Commentary: Why care about global warming? – Alexandria Echo Press

By Bryan Van Gorp, Alexandria, MN

Why worry about global warming? You know all the symptoms, which are regularly broadcast on the news. Increasingly violent storms, floods, melting ice caps, wildfires, extreme heat events, droughts, rising sea levels, rising ocean temperatures and acidification. Only a fool would ignore nature’s warnings.

Heating leads to feedback loops such as: more heat absorbed as reflective ice is replaced by darker water, melting permafrost releasing more methane, desertification and fires releasing more carbon. All of this has human impacts. Increased migration/immigration caused by unpredictable availability of food and water, disease, crime and death are symptoms of ecosystem collapse.

Isn’t that liberal propaganda? Educate yourself by researching what the Pentagon, NASA and NOAA consider the top threats facing America. They are not liberal organizations.

So what are the solutions? There is no simple answer and it will not be painless. Yes, building renewable energy infrastructure will be good for the economy, create lots of good jobs and give us cleaner/cheaper energy. Yes, solving this problem will require us to work with our fellow citizens as well as with other countries, which could help create harmony and peace. It might even simplify and slow down our lives. Yes, it can help create a less consumerist/superficial culture where we all feel responsible for doing our part. An example of this spirit was rationing and sacrifice during World War II.

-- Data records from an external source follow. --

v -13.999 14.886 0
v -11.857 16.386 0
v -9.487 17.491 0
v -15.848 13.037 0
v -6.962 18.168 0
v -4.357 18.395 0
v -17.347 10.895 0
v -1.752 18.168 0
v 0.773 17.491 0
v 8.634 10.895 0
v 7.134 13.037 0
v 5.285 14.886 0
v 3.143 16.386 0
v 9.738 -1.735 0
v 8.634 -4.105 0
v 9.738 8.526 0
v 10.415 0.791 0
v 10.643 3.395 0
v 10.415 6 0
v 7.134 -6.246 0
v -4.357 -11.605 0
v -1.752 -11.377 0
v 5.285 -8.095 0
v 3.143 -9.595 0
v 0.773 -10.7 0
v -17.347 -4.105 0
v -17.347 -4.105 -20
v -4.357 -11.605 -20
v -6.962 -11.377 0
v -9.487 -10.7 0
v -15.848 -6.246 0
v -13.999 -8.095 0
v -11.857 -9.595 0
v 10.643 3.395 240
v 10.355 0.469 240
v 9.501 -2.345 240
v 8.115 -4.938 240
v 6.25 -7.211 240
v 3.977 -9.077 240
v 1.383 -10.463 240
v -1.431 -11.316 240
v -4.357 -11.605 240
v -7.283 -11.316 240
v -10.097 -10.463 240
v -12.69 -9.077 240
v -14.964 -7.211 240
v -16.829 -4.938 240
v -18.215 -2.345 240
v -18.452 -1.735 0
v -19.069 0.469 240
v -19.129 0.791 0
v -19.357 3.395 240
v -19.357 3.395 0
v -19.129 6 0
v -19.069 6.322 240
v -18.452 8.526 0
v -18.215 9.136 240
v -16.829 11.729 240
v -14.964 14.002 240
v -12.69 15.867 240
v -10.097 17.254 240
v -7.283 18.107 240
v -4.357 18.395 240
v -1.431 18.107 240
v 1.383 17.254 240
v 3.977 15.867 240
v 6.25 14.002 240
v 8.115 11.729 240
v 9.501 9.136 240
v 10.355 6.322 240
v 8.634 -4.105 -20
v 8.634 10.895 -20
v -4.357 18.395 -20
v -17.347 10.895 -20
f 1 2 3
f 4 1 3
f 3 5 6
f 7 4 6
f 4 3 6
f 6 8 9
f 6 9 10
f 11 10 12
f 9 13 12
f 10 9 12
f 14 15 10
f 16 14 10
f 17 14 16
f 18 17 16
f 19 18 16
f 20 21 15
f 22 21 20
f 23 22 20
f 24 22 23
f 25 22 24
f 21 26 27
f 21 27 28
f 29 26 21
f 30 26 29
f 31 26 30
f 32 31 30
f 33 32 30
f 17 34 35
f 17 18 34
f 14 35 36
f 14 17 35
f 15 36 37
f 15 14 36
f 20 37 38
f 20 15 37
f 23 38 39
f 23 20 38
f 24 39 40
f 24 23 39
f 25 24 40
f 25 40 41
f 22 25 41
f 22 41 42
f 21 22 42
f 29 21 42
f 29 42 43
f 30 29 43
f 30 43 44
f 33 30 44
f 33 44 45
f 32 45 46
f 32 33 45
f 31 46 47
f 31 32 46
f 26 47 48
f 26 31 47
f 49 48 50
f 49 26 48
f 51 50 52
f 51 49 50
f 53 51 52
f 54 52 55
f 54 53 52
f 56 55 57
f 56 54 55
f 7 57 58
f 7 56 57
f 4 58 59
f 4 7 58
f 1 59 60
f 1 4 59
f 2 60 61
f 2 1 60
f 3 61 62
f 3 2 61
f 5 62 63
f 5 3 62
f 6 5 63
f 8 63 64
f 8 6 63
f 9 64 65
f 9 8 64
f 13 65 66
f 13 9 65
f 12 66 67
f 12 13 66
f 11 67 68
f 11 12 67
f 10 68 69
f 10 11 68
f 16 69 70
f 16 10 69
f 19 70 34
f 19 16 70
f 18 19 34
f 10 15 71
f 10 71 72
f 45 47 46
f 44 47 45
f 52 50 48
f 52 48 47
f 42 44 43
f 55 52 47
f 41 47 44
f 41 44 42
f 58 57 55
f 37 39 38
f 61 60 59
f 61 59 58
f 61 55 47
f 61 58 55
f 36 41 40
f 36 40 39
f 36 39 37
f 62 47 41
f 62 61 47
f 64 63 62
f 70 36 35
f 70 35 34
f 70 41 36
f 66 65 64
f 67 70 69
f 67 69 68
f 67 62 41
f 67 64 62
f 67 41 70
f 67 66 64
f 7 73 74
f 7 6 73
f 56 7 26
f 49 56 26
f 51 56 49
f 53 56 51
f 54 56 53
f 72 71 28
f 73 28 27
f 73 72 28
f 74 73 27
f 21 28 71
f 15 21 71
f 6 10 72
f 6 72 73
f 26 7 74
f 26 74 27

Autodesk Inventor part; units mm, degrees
ref_plane "YZ Plane" through (0, 0, 0) normal (1, 0, 0) x (0, 1, 0)
ref_plane "XZ Plane" through (0, 0, 0) normal (0, 1, 0) x (-1, 0, 0)
ref_plane "XY Plane" through (0, 0, 0) normal (0, 0, 1) x (1, 0, 0)
sketch "Szkic1" plane through (0, 0, 0) normal (0, 0, 1) x (1, 0, 0)
  circle A0 centre (-4.3569, 3.3954) radius 15
  point P0 (0, 0)
  dimension "d0" = 30
extrude "Wyciągnięcie proste1" add sketch "Szkic1" along normal blind 240
thread "Gwint1" size "TR30x3" class "7e" standard "ISO Metric Trapezoidal Threads" length 230 offset 130
thread "Gwint2" size "TR30x3" class "7e" standard "ISO Metric Trapezoidal Threads" length 110 offset 10
sketch "Szkic2" plane through (-4.3569, 3.3954, 0) normal (0, 0, -1) x (-1, 0, 0)
  circle A0 centre (0, 0) radius 15 projected
  line L0 (0, 15) -> (12.9904, 7.5)
  line L1 (12.9904, 7.5) -> (12.9904, -7.5)
  line L2 (12.9904, -7.5) -> (0, -15)
  line L3 (0, -15) -> (-12.9904, -7.5)
  line L4 (-12.9904, -7.5) -> (-12.9904, 7.5)
  line L5 (-12.9904, 7.5) -> (0, 15)
  point P0 (-4.3569, -3.3954)
  dimension "d9" = 360
extrude "Wyciągnięcie proste2" add sketch "Szkic2" along normal blind 20 contours L1 L2 L3 L4 L5 L0
properties part number "śruba"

There will also be difficult parts. Maybe we should consume less, have a more local and plant-rich diet, garden, limit family size, leverage retirement savings to send a message, insulate our homes, switch to heating and more efficient appliances, driving smaller and more efficient/electric vehicles, investing in renewable energy, paying a higher price for certain things. We can start by engaging in good faith conversations about solutions and being honest about the situation we find ourselves in.

We need to tax fossil fuels at the point of extraction and refund the money to everyone equally. This will help reduce poverty, make renewable energy more competitive, and keep fossil fuels and associated pollution in the ground. This tax should be increased every year until we achieve the desired result. We can implement agricultural policies that link subsidies to maximizing carbon sequestration. We can label each product with the carbon footprint of manufacturing, packaging, transportation and disposal/recycling. This would allow consumers to make an informed choice.

If you’re interested in 100 more impactful solutions, read “Drawdown: The most comprehensive plan ever to reverse global warming.” Yes, I realize not everyone is totally doable, but most are.

Won’t all this be expensive? What is really expensive is doing nothing. Weather-related disasters currently cost the United States about $125 billion a year and are growing rapidly. We are currently wasting money subsidizing the wrong things. There is also the issue of illnesses and deaths caused by pollutants generated by fossil fuels. Aggressive action will be less costly in the long run than dithering.

Why does solving a problem scare some people more than the actual problem? Follow the money.